Home Health & Hospice Week

Labor Law:

Say Goodbye To Companionship Exemption Under Proposal

Watch out for related lawsuits, attorney warns.

Get ready to shoulder a whole new administrative burden of tracking and limiting aides' hours, if a new proposal from the Department of Labor is finalized as is.

On Dec. 15, the DOL released a proposed rule that will eliminate the companionship exemption for any home care workers employed by a third party -- i.e., any staff of home health agencies and private duty agencies. Observers had expected a change to the companionship exemption, since the Obama administration has been signaling that intention for years (see Eli's HCW, Vol. XVIII, No. 22, p. 170).

Background: The companionship exemption exempts "companion" workers from Wage and Hour rules mandated by the Fair Labor Standards Act, which require overtime payment and minimum wage. "Over time, home health aides have been absorbed into the FLSA's exemption for companionship and live-in domestic services," explains attorney Emily Miller with Cozen O'Connor in Philadelphia.

President Obama heralded the change in a press conference. Under current Wage and Hour rules mandated by the Fair Labor Standards Act, "you can wake up at 5:00 in the morning, care for somebody every minute of the day, take the late bus home at night, and still make less than the minimum wage," the president commented. "And this means that many home care workers are forced to rely on things like food stamps just to make ends meet. That's just wrong."

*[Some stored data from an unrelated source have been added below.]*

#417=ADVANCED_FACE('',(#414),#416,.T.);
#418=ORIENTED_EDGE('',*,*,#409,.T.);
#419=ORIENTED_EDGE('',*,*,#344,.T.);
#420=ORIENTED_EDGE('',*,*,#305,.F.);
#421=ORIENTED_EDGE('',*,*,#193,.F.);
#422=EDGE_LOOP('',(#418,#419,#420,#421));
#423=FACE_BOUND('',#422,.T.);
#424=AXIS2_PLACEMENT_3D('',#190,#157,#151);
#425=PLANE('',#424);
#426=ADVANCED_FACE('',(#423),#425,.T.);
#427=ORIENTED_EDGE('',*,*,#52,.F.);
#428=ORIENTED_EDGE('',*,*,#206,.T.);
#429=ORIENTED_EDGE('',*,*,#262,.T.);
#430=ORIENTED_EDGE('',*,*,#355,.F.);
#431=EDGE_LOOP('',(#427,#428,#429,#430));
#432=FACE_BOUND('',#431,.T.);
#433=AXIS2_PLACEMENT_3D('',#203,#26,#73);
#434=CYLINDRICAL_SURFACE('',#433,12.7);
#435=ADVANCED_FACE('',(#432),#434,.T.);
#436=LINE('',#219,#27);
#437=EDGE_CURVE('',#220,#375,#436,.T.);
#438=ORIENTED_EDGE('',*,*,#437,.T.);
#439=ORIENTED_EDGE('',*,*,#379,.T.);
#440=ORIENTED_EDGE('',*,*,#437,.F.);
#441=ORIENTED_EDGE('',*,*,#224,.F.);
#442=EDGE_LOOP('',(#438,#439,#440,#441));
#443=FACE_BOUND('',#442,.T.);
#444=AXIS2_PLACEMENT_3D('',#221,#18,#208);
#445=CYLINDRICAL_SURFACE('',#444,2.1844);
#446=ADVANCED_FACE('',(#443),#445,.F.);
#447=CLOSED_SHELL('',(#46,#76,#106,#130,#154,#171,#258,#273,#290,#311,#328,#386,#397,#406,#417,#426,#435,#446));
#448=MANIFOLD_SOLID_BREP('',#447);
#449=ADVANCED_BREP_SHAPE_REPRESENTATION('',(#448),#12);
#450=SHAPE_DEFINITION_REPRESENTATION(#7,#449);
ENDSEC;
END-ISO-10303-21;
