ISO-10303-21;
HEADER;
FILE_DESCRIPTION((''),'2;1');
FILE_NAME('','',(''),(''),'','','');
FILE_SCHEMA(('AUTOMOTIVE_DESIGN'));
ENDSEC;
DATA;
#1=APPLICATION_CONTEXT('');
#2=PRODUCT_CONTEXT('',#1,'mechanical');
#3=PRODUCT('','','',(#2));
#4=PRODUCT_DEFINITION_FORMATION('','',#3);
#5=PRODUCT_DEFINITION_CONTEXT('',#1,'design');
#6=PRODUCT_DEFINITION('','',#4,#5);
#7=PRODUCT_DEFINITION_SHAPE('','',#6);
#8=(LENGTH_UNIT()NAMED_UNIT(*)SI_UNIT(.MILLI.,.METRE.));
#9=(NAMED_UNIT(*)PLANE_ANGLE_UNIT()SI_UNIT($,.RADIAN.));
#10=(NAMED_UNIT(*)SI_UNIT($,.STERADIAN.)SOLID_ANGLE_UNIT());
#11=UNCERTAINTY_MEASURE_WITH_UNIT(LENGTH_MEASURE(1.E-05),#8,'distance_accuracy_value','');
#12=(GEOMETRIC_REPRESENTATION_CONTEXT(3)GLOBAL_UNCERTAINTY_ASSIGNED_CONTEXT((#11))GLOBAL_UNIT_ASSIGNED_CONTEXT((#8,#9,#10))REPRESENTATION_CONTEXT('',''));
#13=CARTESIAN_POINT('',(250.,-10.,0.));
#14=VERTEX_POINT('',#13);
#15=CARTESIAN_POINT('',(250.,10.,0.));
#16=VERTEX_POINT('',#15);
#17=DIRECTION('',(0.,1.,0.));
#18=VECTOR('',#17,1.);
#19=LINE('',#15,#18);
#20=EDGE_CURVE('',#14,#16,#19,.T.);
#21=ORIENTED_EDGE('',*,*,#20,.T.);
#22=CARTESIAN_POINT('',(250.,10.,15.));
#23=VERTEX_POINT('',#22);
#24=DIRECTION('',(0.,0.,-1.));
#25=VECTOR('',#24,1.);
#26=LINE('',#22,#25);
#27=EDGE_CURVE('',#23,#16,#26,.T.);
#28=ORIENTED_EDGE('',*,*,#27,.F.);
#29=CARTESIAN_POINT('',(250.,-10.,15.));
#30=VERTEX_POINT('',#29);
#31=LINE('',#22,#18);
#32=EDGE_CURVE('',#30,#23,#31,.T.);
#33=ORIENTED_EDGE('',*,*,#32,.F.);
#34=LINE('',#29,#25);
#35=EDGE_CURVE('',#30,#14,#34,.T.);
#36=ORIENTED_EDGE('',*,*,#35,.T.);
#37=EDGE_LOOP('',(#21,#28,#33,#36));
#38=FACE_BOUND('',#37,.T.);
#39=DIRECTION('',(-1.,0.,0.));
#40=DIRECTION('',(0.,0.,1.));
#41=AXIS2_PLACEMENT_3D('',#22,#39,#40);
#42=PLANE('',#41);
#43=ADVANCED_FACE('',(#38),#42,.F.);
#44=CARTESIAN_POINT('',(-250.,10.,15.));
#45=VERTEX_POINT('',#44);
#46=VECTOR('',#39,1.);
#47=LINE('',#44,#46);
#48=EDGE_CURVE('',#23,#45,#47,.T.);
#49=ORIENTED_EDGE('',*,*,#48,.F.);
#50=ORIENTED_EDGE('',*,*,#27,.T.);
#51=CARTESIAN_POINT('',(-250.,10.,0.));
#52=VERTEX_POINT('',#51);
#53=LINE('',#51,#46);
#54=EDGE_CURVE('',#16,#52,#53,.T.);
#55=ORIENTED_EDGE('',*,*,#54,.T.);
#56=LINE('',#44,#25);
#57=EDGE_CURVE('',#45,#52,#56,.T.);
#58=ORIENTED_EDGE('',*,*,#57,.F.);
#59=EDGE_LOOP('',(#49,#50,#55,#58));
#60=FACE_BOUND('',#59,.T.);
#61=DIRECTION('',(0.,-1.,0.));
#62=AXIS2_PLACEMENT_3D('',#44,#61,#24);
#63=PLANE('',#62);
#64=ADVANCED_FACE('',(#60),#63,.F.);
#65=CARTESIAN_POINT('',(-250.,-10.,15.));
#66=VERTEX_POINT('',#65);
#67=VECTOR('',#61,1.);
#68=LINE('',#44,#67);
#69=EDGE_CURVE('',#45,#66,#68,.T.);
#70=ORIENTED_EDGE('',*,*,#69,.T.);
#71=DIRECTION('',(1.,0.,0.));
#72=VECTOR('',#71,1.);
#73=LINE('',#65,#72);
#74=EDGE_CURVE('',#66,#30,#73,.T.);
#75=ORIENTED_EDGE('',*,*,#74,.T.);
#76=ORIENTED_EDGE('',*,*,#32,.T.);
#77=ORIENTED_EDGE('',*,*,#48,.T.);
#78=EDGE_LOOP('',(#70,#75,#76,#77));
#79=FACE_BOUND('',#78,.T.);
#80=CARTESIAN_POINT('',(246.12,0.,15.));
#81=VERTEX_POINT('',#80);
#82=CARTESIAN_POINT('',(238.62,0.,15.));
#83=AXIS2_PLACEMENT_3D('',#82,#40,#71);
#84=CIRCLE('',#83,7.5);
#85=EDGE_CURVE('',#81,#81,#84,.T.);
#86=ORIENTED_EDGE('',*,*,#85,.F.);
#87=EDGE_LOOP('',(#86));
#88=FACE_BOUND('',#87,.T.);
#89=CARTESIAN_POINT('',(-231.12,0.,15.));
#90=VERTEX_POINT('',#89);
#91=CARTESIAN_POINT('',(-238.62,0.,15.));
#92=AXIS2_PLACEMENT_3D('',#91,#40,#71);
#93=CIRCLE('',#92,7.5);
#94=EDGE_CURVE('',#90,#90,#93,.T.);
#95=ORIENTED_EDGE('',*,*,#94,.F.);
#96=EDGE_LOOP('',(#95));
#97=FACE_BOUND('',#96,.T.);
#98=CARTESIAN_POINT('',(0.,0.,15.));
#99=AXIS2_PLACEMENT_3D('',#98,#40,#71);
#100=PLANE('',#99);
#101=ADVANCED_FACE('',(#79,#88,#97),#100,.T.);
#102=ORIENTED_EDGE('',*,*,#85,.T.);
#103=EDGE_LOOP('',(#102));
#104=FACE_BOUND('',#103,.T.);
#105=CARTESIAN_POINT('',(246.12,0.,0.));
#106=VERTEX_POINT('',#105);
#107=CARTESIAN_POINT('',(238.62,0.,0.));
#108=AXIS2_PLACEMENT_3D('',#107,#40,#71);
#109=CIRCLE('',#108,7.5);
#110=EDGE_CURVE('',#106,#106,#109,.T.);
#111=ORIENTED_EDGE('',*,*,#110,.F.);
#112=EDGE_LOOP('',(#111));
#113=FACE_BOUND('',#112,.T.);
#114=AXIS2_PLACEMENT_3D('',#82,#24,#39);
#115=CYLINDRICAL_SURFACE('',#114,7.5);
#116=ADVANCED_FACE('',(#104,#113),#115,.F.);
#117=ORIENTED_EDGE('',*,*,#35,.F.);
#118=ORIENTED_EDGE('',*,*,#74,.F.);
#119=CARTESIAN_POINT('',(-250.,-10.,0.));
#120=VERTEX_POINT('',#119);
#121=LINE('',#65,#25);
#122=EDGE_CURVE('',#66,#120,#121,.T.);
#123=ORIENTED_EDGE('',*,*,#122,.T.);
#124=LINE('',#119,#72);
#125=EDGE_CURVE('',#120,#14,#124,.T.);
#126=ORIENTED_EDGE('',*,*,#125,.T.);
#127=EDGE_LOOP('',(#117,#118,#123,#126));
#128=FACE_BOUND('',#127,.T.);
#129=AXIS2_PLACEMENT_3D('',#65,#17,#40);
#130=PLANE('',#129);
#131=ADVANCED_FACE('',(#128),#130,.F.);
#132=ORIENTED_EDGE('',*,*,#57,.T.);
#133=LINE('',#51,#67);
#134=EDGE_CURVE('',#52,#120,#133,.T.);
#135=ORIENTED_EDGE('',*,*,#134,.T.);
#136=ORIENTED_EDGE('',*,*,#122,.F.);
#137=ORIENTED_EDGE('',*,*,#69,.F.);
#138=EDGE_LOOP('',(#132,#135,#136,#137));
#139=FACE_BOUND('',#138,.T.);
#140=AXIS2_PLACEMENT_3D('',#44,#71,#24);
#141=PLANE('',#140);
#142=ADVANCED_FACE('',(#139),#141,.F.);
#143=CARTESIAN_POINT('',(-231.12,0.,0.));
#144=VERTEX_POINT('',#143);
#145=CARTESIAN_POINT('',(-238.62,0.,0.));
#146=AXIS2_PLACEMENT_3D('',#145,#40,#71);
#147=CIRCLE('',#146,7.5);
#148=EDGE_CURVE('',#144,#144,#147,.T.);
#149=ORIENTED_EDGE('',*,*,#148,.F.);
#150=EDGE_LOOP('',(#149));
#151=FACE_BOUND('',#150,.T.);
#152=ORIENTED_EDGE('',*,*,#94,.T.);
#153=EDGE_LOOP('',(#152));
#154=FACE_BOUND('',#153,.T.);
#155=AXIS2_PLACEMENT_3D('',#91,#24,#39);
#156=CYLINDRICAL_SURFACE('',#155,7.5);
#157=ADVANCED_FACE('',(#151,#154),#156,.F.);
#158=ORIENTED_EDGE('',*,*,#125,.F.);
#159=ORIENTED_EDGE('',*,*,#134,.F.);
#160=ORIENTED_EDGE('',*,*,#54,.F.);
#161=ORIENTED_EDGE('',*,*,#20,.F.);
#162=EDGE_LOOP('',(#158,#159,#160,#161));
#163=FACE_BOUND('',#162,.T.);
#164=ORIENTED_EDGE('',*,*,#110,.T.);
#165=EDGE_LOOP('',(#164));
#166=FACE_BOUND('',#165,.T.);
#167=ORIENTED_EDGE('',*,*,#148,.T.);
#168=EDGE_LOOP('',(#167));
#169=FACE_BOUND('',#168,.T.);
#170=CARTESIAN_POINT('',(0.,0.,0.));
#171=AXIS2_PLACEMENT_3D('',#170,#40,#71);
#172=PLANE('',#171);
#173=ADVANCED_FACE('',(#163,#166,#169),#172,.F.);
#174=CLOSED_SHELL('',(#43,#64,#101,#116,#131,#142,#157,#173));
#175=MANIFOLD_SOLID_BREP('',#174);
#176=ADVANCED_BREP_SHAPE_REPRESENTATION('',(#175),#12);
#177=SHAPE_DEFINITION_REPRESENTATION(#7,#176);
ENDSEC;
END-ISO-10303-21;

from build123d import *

# Parameters (mm, degrees)
SKETCH1_W           = 500
SKETCH1_H           = 20
SKETCH1_R           = 7.5
BOSS_EXTRUDE1_DEPTH = 15


with BuildPart() as part:
    # Sketch1 → Boss-Extrude1 (new body)
    with BuildSketch(Plane.XY):
        Rectangle(SKETCH1_W, SKETCH1_H)
        with Locations((-238.62, 0)):
            Circle(SKETCH1_R, mode=Mode.SUBTRACT)
        with Locations((238.62, 0)):
            Circle(SKETCH1_R, mode=Mode.SUBTRACT)
    extrude(amount=BOSS_EXTRUDE1_DEPTH)


solid = part.part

That may indeed be wrong, but this administrative change is unlikely to do much to help it (see related story, p. 3). Workers won't receive much in overtime payment because HHAs will begin limiting hours to avoid OT pay, notes attorney Elizabeth Zink-Pearson with Pearson & Bernard in Covington, Ky. And the vast majority of HHAs already pay their aides more than minimum wage, so that portion of the rule is largely moot.

Even the DOL acknowledges in the proposed rule that it expects agencies to limit workers' hours to less than 40 per week. "Employees who used to exceed 40 hours of work per week will work fewer hours, transferring income to fellow workers who will absorb the extra hours," the rule notes.

The HHA could pay the worker overtime if a private pay client agrees to the extra costs, notes attorney John Gilliland II with The Gilliland Law Firm in Indianapolis. But that will be rare. "Very few patients/families can afford the overtime pay," Gilliland points out.

The cost: The DOL estimates that this rule will cost HHAs about $29 million and payors, including patients and families, about $27 million.

Just What HHAs Need -- More Paperwork

The main burden on agencies from this rule won't be OT pay itself, expects attorney Stephen Zweig with Ford & Harrison in New York City. It will be accurately tracking aides' hours in the home and managing scheduling to avoid triggering OT with work weeks exceeding 40 hours. "This will change operations dramatically" for agencies that currently use the companionship exemption, Zweig says.

"If finalized, this rule would mean that HHAs must track aides' hours worked and ensure that they receive overtime payment for hours in excess of 40," Miller says.

Watch out: If you fail to track hours accurately, you will be courting a major risk, Zweig warns: a FLSA lawsuit from employees. HHAs may be especially vulnerable to such lawsuits because the work hours take place not in a centralized location with supervision on site, but rather behind closed doors in a client's private home with no supervision, he says.

Under federal law, FLSA lawsuits can go back three years, Zweig notes. But state laws may permit lawsuits to reach back even further. For example, in New York State they can go back six years. "That's how you get enormous numbers being sued for," he says. Class action lawsuits can result in losses totaling hundreds of thousands of dollars.

Tracking aide hours closely is rife with potential problems, Zweig predicts. For example, agencies may require employees to sign in and out on a payroll sheet and notify a supervisor or scheduler of additional hours that would cause them to exceed the OT limit. But getting employees to comply with those rules may prove difficult.

In some cases, aides may have a hard time avoiding OT hours for unexpected reasons. For example, a doctor visit they are attending with their client may run long, or the client may need them during their scheduled lunch period, Zweig offers. Then the payor will be on the hook for the OT.

Private payors won't be the only ones who feel pain from this change. "HHAs who use this exemption primarily do so to provide Medicaid waiver services where the margins are so slim that the OT will take them out," Zink-Pearson notes. "To continue those services, especially in a climate where states are slashing reimbursement, the only answer will be to assure that workers do not exceed 40 hours of work."

Impact: "State Medicaid budgets will be hard hit due to the large increase in the cost of personal care/companion type services when overtime pay is involved," Gilliland predicts.

Home care providers in some states won't feel much effect from this new proposal. That's be-cause about 20 states already don't have this exemption under state law, notes the National Association for Home Care & Hospice.

Note: The proposed rule is online at www.dol.gov/whd/flsa/CompanionshipNPRM.pdf.